NSight Compute vs. NSight Systems vs. PyTorch Profiler

Hi!

While profiling PyTorch kernels, I ran into some discrepancies between the times reported by NSight Compute and PyTorch profiler.

I followed this example to use NSight Compute, in which I admittedly swapped NSight Systems for NSight Compute, which does something of the form:

nb_iters = 20
warmup_iters = 10
for i in range(nb_iters):
    optimizer.zero_grad()

    # start profiling after 10 warmup iterations
    if i == warmup_iters: torch.cuda.cudart().cudaProfilerStart()

    # push range for current iteration
    if i >= warmup_iters: torch.cuda.nvtx.range_push("iteration{}".format(i))

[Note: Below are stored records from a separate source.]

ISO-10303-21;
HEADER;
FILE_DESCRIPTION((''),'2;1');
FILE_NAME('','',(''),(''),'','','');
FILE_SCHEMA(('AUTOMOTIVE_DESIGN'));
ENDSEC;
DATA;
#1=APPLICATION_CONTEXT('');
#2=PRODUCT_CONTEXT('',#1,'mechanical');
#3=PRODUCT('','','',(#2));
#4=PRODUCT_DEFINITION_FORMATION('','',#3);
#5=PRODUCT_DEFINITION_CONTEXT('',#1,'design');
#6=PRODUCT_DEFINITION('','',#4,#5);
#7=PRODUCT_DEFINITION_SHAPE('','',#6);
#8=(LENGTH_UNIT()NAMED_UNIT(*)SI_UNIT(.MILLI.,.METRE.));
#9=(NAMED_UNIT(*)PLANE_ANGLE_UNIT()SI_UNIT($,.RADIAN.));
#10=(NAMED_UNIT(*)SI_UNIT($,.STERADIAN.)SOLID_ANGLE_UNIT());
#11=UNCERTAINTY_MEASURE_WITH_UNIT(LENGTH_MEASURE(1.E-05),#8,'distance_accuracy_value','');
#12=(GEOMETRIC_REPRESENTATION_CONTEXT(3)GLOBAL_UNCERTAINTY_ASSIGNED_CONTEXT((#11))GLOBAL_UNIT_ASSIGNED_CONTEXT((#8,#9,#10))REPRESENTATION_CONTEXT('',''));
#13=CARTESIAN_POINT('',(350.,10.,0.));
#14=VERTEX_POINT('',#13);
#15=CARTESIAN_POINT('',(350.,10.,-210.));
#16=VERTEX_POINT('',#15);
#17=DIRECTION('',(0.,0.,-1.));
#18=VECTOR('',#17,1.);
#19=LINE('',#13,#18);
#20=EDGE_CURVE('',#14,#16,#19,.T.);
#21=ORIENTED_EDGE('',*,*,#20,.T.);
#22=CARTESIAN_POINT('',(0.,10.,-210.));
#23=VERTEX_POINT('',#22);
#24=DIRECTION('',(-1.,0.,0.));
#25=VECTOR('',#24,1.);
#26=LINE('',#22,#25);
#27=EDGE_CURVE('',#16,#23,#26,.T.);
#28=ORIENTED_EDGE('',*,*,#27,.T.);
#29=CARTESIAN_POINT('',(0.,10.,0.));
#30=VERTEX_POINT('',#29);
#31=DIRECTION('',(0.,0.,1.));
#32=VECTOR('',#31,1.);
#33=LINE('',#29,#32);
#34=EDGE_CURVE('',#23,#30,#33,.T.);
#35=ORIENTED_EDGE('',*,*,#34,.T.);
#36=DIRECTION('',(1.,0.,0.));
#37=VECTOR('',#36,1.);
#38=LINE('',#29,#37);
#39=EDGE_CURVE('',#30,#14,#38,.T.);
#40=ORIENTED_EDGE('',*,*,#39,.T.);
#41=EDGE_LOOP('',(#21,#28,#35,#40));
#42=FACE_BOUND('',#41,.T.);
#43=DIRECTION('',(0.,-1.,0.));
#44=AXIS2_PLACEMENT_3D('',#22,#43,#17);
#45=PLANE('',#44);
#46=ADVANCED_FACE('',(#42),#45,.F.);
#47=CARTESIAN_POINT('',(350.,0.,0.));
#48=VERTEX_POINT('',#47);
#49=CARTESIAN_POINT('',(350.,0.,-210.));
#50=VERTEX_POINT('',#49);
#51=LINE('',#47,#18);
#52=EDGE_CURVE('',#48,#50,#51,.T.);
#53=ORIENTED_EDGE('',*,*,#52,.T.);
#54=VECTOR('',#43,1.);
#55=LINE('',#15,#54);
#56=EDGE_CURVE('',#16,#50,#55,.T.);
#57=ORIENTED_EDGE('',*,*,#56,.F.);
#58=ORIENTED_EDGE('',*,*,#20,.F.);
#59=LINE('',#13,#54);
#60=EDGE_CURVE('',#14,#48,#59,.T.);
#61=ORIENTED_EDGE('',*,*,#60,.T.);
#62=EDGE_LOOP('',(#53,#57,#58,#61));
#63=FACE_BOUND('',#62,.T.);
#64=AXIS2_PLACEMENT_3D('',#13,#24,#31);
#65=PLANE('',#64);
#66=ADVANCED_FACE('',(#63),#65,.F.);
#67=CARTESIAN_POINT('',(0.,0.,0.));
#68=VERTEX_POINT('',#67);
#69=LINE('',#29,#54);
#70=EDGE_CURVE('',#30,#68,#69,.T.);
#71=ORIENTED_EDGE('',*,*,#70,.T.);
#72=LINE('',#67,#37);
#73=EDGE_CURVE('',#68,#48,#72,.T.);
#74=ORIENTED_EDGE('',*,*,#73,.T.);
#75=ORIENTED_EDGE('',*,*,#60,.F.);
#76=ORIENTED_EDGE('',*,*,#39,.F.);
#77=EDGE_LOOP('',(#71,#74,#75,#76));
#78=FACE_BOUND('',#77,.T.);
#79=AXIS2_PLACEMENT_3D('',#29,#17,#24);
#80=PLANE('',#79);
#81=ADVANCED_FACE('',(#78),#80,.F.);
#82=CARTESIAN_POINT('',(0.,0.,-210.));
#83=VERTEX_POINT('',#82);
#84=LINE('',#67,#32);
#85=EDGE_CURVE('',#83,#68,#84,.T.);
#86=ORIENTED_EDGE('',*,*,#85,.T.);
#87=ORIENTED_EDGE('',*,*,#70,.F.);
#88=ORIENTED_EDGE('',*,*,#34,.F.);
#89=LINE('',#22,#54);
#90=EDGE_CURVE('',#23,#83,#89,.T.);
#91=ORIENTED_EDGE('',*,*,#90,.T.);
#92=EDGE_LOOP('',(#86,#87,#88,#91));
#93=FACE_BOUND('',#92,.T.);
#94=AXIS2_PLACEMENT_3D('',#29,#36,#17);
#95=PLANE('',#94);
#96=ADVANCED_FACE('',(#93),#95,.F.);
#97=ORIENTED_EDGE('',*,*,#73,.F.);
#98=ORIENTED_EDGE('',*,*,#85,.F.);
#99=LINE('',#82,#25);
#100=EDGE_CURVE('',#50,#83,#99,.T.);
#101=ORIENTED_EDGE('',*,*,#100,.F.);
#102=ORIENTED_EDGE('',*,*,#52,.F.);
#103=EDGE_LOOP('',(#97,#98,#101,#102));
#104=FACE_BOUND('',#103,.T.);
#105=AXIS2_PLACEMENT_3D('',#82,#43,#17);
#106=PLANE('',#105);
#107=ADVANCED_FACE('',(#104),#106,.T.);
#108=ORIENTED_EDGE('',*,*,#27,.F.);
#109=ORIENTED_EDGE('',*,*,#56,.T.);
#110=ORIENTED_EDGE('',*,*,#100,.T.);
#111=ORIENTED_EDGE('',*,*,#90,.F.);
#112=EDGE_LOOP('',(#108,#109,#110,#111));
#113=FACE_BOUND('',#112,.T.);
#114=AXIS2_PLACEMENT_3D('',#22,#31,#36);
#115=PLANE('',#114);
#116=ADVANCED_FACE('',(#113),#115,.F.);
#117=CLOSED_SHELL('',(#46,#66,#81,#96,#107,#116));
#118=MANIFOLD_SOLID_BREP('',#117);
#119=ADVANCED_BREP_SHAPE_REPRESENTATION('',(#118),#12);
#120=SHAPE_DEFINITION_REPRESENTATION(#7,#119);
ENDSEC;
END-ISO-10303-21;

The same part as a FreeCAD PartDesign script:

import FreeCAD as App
import Part
import Sketcher

V = App.Vector


def add_polygon(sketch, points):
    """Adds a closed chain of lines whose ends are joined by coincident constraints."""
    first, n = sketch.GeometryCount, len(points)
    for a, b in zip(points, points[1:] + points[:1]):
        sketch.addGeometry(Part.LineSegment(App.Vector(*a, 0), App.Vector(*b, 0)), False)
    for i in range(n):
        sketch.addConstraint(Sketcher.Constraint("Coincident", first + i, 2, first + (i + 1) % n, 1))

doc = App.newDocument("Part")
body = doc.addObject("PartDesign::Body", "Body")

# Sketch on XZ plane
sketch1 = doc.addObject("Sketcher::SketchObject", "Sketch")
body.addObject(sketch1)
sketch1.AttachmentSupport = (doc.XZ_Plane, [""])
sketch1.MapMode = "FlatFace"
add_polygon(sketch1, [(0, -210), (0, 0), (350, 0), (350, -210)])  # lines 0-3
sketch1.addConstraint(Sketcher.Constraint("Vertical", 0))
sketch1.addConstraint(Sketcher.Constraint("Horizontal", 1))
sketch1.addConstraint(Sketcher.Constraint("Vertical", 2))
sketch1.addConstraint(Sketcher.Constraint("Horizontal", 3))
sketch1.addConstraint(Sketcher.Constraint("Coincident", 0, 2, -1, 1))
sketch1.addConstraint(Sketcher.Constraint("DistanceX", 1, 1, 1, 2, 350.0))
sketch1.addConstraint(Sketcher.Constraint("DistanceY", 0, 1, 0, 2, 210.0))
pad1 = doc.addObject("PartDesign::Pad", "Pad")
body.addObject(pad1)
pad1.Profile = sketch1
pad1.Length = 10
pad1.Reversed = True

doc.recompute()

    # push range for forward
    if i >= warmup_iters: torch.cuda.nvtx.range_push("forward")
    output = model(data)
    if i >= warmup_iters: torch.cuda.nvtx.range_pop()

    ...

torch.cuda.cudart().cudaProfilerStop()

and followed this example to measure model execution time using cuda events, with code of the form:

def timed(fn):
    start = torch.cuda.Event(enable_timing=True)
    end = torch.cuda.Event(enable_timing=True)
    start.record()
    result = fn()
    end.record()
    torch.cuda.synchronize()
    return result, start.elapsed_time(end) / 1000
...

eager_times = []
for i in range(N_ITERS):
    inp = generate_data(16)[0]
    with torch.no_grad():
        _, eager_time = timed(lambda: model(inp))
    eager_times.append(eager_time)
    print(f"eager eval time {i}: {eager_time}")

print("~" * 10)

Notably, for certain kernels, the latter method gives me a runtime of around 0.1 ms = 100 us, whereas NCU reported runtime of ~ 5-10 us. To that end, I have a few questions:

Firstly, do I have to call synchronize after calling nvtx.range_pop()? There’s an unresponded-to comment in the first link asking the same question.

If not, I know that there are discrepancies between NCU and NSys/Pytorch’s CUPTI. I believe that this is explained here. If my code is correct, would this be what I’m seeing in terms of my profiling discrepancies?

If so (i.e. NCU doesn’t give the measurement I want), should I opt for PyTorch profiler or NSys?

Hi, @azhaoy22

Thanks for using develop tools. As our dev replied in the I get different time in ncu and pytorch prolifer - #2 by felix_dt
For the sake of measuring pure kernel runtime, it is recommended to rely on CUPTI or Nsight Systems. For measuring kernel-level performance metrics, it is recommended to rely on Nsight Compute.

This topic was automatically closed 30 days after the last reply. New replies are no longer allowed.